Given data:
************
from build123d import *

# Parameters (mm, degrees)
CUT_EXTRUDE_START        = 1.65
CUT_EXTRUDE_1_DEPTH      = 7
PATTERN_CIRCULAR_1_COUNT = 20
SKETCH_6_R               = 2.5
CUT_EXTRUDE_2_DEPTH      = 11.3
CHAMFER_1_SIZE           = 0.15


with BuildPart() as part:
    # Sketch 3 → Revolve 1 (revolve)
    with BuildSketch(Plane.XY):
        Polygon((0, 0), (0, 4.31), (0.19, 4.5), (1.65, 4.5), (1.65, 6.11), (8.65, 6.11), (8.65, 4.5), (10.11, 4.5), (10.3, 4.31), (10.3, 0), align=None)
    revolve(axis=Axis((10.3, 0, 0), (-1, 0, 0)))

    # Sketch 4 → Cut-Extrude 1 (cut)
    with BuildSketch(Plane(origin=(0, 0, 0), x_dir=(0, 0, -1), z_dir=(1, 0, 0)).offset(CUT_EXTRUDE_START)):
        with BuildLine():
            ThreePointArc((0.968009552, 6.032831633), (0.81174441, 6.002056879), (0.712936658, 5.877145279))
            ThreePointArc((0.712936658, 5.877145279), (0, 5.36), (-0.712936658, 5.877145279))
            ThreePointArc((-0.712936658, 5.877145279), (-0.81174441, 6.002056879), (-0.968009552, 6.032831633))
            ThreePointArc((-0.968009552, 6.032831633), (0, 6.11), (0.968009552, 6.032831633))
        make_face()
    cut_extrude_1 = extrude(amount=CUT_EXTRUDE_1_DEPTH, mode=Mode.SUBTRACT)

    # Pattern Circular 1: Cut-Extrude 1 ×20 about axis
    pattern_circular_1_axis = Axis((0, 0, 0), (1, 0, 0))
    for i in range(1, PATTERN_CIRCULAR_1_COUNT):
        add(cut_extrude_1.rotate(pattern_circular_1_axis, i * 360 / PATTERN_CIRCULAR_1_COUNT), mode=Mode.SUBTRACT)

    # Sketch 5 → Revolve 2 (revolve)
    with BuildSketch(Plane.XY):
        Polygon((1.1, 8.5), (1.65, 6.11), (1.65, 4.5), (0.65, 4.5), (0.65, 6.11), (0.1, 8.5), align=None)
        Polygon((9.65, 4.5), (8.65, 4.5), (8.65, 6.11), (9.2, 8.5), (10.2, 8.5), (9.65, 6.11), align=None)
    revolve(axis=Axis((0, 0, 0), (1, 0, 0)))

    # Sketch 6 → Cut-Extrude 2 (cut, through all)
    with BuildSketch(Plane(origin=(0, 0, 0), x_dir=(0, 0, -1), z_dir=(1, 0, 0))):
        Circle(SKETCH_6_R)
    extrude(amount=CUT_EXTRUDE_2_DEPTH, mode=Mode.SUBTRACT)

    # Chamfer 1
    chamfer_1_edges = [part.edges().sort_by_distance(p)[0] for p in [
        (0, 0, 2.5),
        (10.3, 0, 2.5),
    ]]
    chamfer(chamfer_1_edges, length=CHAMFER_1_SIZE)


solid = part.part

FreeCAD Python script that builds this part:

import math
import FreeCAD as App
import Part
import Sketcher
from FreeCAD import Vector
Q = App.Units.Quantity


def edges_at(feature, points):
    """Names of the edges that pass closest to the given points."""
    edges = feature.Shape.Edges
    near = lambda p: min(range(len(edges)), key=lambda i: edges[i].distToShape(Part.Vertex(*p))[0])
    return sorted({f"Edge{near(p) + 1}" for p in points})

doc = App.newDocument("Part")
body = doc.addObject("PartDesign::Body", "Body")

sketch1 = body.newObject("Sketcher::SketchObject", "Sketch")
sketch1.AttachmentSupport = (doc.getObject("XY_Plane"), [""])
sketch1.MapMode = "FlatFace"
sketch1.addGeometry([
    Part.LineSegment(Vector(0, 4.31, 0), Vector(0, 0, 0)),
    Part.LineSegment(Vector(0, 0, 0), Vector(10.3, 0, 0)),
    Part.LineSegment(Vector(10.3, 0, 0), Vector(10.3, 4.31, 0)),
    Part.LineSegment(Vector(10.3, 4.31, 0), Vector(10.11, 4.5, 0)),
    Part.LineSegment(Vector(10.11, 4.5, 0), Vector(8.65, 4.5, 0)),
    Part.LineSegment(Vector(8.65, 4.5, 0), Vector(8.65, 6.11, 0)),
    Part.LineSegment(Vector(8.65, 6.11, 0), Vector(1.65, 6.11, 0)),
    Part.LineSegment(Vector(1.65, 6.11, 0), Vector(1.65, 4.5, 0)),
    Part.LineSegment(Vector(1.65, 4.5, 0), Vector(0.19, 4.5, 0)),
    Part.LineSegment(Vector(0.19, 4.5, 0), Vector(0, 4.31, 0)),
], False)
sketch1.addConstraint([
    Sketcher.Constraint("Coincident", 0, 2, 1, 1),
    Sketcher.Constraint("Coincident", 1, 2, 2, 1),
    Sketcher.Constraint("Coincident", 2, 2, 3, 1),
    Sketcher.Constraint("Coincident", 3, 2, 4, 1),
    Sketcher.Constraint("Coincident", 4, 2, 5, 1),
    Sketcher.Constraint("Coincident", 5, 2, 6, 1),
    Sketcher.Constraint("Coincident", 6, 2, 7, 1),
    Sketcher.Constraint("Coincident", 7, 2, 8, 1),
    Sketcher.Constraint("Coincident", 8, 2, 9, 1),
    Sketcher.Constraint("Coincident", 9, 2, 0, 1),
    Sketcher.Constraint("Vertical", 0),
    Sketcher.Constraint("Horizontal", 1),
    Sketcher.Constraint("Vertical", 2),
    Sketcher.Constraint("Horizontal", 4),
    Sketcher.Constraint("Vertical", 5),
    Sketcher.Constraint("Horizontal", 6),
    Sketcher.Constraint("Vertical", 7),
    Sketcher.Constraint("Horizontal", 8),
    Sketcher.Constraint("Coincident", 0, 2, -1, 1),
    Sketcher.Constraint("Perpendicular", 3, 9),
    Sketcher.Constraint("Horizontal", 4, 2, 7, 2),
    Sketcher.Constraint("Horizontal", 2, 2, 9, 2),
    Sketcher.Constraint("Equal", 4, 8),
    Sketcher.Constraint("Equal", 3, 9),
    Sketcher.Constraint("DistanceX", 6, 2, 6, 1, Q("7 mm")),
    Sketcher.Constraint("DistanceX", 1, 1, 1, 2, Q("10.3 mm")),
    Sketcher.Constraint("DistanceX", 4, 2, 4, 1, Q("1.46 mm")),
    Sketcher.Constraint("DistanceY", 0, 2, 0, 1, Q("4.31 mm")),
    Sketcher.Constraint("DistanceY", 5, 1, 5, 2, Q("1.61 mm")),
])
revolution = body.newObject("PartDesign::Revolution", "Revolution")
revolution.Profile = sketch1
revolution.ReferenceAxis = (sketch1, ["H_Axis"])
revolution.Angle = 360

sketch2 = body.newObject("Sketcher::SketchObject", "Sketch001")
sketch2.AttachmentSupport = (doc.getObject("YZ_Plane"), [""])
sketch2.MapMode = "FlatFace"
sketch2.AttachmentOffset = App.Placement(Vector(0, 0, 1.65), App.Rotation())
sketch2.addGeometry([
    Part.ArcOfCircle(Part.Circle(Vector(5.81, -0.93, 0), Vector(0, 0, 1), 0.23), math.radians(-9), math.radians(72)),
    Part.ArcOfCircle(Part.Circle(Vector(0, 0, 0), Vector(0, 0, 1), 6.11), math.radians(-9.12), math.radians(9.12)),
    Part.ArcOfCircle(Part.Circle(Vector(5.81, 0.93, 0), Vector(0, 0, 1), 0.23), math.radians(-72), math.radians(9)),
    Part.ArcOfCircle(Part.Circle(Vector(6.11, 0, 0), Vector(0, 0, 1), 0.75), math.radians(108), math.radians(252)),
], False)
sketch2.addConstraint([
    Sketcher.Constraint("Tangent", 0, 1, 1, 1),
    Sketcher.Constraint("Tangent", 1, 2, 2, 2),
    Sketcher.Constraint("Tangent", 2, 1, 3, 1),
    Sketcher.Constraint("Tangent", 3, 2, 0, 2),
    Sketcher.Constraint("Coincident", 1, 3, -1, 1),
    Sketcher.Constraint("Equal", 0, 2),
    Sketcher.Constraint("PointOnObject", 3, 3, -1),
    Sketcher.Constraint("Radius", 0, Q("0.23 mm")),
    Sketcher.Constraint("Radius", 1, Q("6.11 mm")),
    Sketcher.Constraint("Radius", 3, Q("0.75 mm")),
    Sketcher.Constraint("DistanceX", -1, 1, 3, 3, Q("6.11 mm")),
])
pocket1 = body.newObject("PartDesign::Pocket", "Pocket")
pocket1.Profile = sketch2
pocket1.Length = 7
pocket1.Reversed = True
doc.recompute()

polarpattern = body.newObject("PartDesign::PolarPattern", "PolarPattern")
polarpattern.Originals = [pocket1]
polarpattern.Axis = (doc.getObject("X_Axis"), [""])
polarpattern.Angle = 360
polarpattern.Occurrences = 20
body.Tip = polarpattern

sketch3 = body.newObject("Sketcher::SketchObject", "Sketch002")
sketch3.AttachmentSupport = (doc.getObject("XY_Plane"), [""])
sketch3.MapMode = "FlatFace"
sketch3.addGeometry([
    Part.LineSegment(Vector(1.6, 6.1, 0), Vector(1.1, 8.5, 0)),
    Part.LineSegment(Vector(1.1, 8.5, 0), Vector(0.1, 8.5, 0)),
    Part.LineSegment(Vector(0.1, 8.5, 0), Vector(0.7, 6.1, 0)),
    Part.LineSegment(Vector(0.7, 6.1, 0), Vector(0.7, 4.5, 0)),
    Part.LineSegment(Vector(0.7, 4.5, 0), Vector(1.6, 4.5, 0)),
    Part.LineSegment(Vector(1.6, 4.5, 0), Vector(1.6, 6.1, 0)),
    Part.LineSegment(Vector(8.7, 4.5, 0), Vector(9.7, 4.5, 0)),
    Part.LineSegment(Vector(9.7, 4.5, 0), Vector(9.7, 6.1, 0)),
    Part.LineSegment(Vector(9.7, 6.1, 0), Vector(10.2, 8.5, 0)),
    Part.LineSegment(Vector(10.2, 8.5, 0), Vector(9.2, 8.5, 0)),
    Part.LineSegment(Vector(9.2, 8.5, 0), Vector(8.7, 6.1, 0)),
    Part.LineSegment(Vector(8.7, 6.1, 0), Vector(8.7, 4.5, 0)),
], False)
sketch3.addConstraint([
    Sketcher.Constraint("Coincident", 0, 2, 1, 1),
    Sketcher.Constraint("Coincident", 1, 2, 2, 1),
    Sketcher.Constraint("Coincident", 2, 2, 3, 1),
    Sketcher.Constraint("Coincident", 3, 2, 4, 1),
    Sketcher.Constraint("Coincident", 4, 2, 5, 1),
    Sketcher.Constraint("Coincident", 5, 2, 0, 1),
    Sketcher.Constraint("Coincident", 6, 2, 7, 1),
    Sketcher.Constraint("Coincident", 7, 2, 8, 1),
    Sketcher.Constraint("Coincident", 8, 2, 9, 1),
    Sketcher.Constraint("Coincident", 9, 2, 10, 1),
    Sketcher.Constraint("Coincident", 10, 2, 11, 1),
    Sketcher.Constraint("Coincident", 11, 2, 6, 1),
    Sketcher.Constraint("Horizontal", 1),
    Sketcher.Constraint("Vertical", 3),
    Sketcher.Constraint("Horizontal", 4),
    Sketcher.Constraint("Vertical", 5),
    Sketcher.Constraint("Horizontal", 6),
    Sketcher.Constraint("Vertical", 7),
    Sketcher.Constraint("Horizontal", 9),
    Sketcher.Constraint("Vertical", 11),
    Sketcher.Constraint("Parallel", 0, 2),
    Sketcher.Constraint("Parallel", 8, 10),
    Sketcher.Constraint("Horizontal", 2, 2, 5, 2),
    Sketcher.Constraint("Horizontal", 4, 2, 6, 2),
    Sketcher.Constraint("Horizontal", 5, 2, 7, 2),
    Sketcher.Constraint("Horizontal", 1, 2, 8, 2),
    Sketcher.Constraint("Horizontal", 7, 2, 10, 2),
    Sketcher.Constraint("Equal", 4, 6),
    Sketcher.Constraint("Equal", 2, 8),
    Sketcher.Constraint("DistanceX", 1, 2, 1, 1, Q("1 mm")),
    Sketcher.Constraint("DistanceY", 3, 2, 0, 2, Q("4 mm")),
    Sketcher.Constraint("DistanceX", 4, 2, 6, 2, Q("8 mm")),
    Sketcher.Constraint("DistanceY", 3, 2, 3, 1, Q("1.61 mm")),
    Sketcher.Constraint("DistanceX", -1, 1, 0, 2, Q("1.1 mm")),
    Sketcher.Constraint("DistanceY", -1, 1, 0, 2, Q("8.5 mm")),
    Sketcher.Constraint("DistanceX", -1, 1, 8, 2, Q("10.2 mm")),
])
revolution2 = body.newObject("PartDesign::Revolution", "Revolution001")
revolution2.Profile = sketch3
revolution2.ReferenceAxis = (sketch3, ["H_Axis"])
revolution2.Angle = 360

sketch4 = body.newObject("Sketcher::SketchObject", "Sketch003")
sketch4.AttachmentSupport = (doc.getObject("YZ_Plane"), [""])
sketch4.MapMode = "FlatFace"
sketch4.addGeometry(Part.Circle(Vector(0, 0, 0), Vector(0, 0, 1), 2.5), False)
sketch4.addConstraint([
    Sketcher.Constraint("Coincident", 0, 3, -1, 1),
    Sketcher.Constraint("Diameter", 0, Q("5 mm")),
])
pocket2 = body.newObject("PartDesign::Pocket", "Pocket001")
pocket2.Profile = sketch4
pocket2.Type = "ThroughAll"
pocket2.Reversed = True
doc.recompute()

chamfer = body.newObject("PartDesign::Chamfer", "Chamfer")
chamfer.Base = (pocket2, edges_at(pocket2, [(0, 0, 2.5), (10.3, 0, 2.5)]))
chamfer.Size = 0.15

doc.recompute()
************
Task prompt: Extract from the listing above the lines between the line containing "6.002056879), (-0.968009552, 6.032831633))" and the line containing "(0.1, 8.5), align=None)", keeping both of those lines. Output nothing else.

Reply:
            ThreePointArc((-0.712936658, 5.877145279), (-0.81174441, 6.002056879), (-0.968009552, 6.032831633))
            ThreePointArc((-0.968009552, 6.032831633), (0, 6.11), (0.968009552, 6.032831633))
        make_face()
    cut_extrude_1 = extrude(amount=CUT_EXTRUDE_1_DEPTH, mode=Mode.SUBTRACT)

    # Pattern Circular 1: Cut-Extrude 1 ×20 about axis
    pattern_circular_1_axis = Axis((0, 0, 0), (1, 0, 0))
    for i in range(1, PATTERN_CIRCULAR_1_COUNT):
        add(cut_extrude_1.rotate(pattern_circular_1_axis, i * 360 / PATTERN_CIRCULAR_1_COUNT), mode=Mode.SUBTRACT)

    # Sketch 5 → Revolve 2 (revolve)
    with BuildSketch(Plane.XY):
        Polygon((1.1, 8.5), (1.65, 6.11), (1.65, 4.5), (0.65, 4.5), (0.65, 6.11), (0.1, 8.5), align=None)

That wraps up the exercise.